# Clothing - Jeans



## Coram Deo (Apr 4, 2008)

Ok, Question...


I don't know why any man would ever wear a pair of jeans.. They are just about the most uncomfortable pair of clothing and fabric I have ever seen. They are not handsome or good looking and forget about getting to an itch on your leg through the fabric. The inseams are horrible and extremely frustrating in comfort. I can barely last 5 minutes in a pair of jeans of any design.

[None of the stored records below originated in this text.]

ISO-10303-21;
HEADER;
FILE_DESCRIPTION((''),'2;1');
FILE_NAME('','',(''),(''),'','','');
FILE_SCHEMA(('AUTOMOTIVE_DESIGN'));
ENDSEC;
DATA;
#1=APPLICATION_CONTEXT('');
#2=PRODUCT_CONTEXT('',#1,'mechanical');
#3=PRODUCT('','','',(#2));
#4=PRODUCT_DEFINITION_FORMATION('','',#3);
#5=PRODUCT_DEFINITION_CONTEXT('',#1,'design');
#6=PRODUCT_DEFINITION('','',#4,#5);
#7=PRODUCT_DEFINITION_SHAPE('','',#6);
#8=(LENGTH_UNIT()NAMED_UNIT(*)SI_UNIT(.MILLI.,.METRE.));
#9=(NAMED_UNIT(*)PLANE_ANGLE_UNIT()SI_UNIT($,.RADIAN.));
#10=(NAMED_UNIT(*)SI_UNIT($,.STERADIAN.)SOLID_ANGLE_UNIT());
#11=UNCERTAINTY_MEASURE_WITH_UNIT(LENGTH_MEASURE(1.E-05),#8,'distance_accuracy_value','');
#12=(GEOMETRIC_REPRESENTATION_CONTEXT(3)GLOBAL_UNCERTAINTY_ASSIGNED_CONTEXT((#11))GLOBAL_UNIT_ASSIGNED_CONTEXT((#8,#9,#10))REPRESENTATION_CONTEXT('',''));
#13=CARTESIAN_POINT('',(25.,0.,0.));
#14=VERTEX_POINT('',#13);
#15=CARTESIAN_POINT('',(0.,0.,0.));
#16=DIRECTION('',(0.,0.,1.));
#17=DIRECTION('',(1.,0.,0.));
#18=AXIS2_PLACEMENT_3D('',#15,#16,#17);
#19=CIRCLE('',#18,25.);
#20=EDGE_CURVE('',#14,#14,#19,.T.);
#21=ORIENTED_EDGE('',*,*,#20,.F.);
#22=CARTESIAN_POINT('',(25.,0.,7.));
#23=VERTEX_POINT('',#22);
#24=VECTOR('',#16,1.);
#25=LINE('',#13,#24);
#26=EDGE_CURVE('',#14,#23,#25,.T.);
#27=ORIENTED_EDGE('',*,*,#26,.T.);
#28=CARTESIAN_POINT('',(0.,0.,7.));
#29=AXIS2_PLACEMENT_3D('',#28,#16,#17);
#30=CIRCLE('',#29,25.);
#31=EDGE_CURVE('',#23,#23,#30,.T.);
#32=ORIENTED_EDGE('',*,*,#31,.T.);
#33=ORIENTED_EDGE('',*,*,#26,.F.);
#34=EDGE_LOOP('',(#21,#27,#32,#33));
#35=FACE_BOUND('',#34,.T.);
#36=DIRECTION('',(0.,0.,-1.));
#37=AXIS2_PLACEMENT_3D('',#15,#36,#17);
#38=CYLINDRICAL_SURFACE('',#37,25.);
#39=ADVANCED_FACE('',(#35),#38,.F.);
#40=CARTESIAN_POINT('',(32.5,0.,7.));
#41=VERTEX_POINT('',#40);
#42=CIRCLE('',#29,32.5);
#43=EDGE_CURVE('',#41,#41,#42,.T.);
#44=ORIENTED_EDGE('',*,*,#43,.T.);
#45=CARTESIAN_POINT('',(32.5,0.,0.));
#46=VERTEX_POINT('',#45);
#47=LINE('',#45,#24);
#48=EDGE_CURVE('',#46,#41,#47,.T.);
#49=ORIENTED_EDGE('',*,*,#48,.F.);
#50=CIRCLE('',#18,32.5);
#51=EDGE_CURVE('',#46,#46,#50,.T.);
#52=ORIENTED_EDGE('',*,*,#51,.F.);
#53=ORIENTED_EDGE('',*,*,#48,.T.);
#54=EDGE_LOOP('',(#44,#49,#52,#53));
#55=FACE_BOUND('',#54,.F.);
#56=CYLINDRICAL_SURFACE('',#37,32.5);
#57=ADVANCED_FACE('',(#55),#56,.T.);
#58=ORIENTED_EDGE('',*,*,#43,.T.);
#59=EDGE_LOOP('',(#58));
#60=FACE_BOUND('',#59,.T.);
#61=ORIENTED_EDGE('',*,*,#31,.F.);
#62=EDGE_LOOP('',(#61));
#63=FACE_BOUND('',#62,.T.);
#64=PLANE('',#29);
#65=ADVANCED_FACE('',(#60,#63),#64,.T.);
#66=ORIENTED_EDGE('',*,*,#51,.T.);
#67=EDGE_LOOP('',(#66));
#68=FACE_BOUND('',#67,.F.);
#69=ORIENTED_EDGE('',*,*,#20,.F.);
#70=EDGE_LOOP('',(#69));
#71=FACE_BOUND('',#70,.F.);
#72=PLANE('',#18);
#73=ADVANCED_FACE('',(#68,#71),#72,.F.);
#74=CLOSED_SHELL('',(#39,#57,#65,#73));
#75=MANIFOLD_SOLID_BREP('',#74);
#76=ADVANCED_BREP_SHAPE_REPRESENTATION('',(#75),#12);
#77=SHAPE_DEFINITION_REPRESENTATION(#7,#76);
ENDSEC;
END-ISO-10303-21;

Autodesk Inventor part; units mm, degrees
ref_plane "YZ Plane" through (0, 0, 0) normal (1, 0, 0) x (0, 1, 0)
ref_plane "XZ Plane" through (0, 0, 0) normal (0, 1, 0) x (-1, 0, 0)
ref_plane "XY Plane" through (0, 0, 0) normal (0, 0, 1) x (1, 0, 0)
sketch "Sketch1" plane through (0, 0, 0) normal (0, 0, 1) x (1, 0, 0)
  circle A0 centre (0, 0) radius 25
  circle A1 centre (0, 0) radius 32.5
  dimension "d0" = 65
  dimension "d1" = 50
extrude "Extrusion1" add sketch "Sketch1" along normal blind 7
properties part number "Bearing"
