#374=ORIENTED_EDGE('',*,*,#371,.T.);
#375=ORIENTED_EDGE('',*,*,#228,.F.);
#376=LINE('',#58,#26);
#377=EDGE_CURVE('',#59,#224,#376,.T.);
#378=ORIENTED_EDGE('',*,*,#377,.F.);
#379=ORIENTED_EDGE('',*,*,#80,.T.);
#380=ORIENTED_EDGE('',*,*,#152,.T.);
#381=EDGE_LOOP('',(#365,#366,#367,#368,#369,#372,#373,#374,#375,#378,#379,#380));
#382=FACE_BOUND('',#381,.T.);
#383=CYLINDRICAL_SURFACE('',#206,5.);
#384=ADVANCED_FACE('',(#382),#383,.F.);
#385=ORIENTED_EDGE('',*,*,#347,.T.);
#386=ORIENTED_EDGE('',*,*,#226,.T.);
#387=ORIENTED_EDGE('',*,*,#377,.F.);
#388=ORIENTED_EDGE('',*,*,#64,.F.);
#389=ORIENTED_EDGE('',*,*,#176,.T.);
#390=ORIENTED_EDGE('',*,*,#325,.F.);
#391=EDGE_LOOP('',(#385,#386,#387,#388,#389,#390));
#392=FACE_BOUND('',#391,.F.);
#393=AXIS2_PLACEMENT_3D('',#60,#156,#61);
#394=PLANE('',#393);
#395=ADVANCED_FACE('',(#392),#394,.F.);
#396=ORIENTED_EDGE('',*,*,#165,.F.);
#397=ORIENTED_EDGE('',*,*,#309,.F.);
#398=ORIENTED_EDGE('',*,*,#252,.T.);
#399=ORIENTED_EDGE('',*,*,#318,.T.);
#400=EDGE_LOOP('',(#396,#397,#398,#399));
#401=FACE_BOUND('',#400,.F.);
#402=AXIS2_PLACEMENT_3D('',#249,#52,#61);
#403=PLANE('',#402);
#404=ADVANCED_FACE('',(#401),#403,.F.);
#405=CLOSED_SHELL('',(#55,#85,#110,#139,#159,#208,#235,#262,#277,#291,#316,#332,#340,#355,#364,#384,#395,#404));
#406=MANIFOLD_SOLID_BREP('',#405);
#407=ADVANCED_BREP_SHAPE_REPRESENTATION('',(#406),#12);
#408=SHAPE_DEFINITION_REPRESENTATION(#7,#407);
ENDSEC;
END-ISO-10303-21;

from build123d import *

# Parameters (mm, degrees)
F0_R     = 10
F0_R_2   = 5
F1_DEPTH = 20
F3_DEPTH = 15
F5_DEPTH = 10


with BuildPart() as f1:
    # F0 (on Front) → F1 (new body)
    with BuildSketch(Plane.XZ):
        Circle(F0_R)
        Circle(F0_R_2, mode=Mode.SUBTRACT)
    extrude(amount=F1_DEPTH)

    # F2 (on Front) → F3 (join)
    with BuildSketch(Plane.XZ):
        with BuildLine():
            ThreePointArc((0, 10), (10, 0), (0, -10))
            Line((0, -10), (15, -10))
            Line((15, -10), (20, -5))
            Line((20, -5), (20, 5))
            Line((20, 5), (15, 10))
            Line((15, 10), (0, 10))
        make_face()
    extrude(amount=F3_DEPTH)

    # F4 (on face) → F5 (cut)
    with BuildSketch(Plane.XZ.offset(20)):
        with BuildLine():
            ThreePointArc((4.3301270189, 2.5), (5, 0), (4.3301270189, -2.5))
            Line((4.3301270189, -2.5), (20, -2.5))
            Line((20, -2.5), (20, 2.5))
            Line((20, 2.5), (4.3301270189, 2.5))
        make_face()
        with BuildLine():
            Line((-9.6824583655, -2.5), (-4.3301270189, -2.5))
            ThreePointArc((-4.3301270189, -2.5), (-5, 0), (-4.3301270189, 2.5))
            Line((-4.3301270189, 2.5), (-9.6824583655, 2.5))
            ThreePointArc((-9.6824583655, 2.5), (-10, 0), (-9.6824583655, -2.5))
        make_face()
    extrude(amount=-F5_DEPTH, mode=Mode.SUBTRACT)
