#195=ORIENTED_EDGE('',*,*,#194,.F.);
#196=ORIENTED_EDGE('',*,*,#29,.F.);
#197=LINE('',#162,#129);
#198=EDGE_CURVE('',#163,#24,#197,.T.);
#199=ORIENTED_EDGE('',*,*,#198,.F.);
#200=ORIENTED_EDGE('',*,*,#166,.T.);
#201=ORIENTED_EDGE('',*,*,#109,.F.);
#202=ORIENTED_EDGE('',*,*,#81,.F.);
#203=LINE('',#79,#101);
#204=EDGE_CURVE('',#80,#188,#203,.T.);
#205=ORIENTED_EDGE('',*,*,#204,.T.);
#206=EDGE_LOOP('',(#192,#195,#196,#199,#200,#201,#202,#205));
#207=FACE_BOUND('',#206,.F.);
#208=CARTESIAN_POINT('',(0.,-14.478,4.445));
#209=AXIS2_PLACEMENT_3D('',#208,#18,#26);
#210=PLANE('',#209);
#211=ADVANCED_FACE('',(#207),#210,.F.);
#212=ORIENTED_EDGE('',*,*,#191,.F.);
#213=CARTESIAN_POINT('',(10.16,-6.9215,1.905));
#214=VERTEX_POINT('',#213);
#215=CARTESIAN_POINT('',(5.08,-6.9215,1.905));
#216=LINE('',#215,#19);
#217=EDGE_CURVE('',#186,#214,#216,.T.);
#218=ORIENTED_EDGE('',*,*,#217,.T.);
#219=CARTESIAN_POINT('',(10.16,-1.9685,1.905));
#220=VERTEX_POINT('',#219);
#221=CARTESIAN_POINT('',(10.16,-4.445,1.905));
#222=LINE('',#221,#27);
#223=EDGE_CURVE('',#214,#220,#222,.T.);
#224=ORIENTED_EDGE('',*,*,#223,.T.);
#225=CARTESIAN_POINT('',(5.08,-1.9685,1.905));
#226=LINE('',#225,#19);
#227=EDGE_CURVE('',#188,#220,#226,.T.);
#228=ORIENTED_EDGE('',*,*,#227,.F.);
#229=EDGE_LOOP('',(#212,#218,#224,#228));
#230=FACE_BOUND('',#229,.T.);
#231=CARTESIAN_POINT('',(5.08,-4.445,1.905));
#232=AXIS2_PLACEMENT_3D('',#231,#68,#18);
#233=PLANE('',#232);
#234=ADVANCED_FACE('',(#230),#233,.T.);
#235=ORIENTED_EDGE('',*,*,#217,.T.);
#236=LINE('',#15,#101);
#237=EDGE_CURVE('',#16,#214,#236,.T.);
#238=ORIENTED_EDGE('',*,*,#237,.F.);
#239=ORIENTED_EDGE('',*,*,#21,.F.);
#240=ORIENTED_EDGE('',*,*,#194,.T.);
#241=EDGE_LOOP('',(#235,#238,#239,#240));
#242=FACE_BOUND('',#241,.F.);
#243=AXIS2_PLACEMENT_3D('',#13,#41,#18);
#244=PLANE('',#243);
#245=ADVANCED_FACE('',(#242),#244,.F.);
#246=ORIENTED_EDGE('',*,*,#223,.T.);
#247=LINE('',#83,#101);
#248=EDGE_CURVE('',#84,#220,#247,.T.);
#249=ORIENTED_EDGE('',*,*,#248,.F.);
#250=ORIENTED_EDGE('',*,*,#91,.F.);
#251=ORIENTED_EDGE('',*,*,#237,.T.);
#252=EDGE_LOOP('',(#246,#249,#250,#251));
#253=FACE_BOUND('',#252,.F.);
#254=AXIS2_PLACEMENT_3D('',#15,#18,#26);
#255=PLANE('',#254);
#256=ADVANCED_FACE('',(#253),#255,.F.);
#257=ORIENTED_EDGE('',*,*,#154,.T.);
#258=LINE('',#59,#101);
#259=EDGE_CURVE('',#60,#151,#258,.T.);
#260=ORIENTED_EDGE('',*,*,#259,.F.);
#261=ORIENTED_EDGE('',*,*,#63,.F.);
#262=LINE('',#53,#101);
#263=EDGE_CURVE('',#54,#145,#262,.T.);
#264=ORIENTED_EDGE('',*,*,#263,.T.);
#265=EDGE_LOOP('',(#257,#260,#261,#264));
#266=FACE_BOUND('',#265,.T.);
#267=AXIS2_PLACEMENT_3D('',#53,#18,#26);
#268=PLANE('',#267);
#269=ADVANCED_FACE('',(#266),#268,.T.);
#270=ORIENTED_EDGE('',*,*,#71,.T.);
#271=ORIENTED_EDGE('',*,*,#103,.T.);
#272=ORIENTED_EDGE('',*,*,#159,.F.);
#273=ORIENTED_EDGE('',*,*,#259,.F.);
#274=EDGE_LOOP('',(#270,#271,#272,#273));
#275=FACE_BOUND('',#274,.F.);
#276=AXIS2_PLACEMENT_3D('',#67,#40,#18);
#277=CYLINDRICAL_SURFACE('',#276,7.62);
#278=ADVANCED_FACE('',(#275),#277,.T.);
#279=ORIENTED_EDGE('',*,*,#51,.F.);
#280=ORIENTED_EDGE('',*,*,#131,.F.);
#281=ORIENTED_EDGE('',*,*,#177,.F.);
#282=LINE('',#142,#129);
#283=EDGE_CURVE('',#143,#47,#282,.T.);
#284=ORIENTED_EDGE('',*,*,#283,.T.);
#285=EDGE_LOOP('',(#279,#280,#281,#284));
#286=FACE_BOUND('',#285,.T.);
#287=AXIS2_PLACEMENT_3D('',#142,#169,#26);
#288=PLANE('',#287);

I just want to ripe them off and shred them for cleaning rags. 

So how can men stand them and why would a men ever wear a pair of jeans?

P.S. The last pair of jeans I owned was 6 years ago... I am the most comfortable in Khakis pants and dress pants...


----------



## Reformed Covenanter (Apr 4, 2008)

Coram Deo said:


> Ok, Question...
> 
> 
> I don't know why any man would ever wear a pair of jeans.. They are just about the most uncomfortable pair of clothing and fabric I have ever seen. They are not handsome or good looking and forget about getting to an itch on your leg through the fabric. The inseams are horrible and extremely frustrating in comfort. I can barely last 5 minutes in a pair of jeans of any design. I just want to ripe them off and shred them for cleaning rags.
> ...



 I can't say I have ever had this problem myself.


----------



## Coram Deo (Apr 4, 2008)

Oh yeah, and they should be considered sinful, In my humble opinion....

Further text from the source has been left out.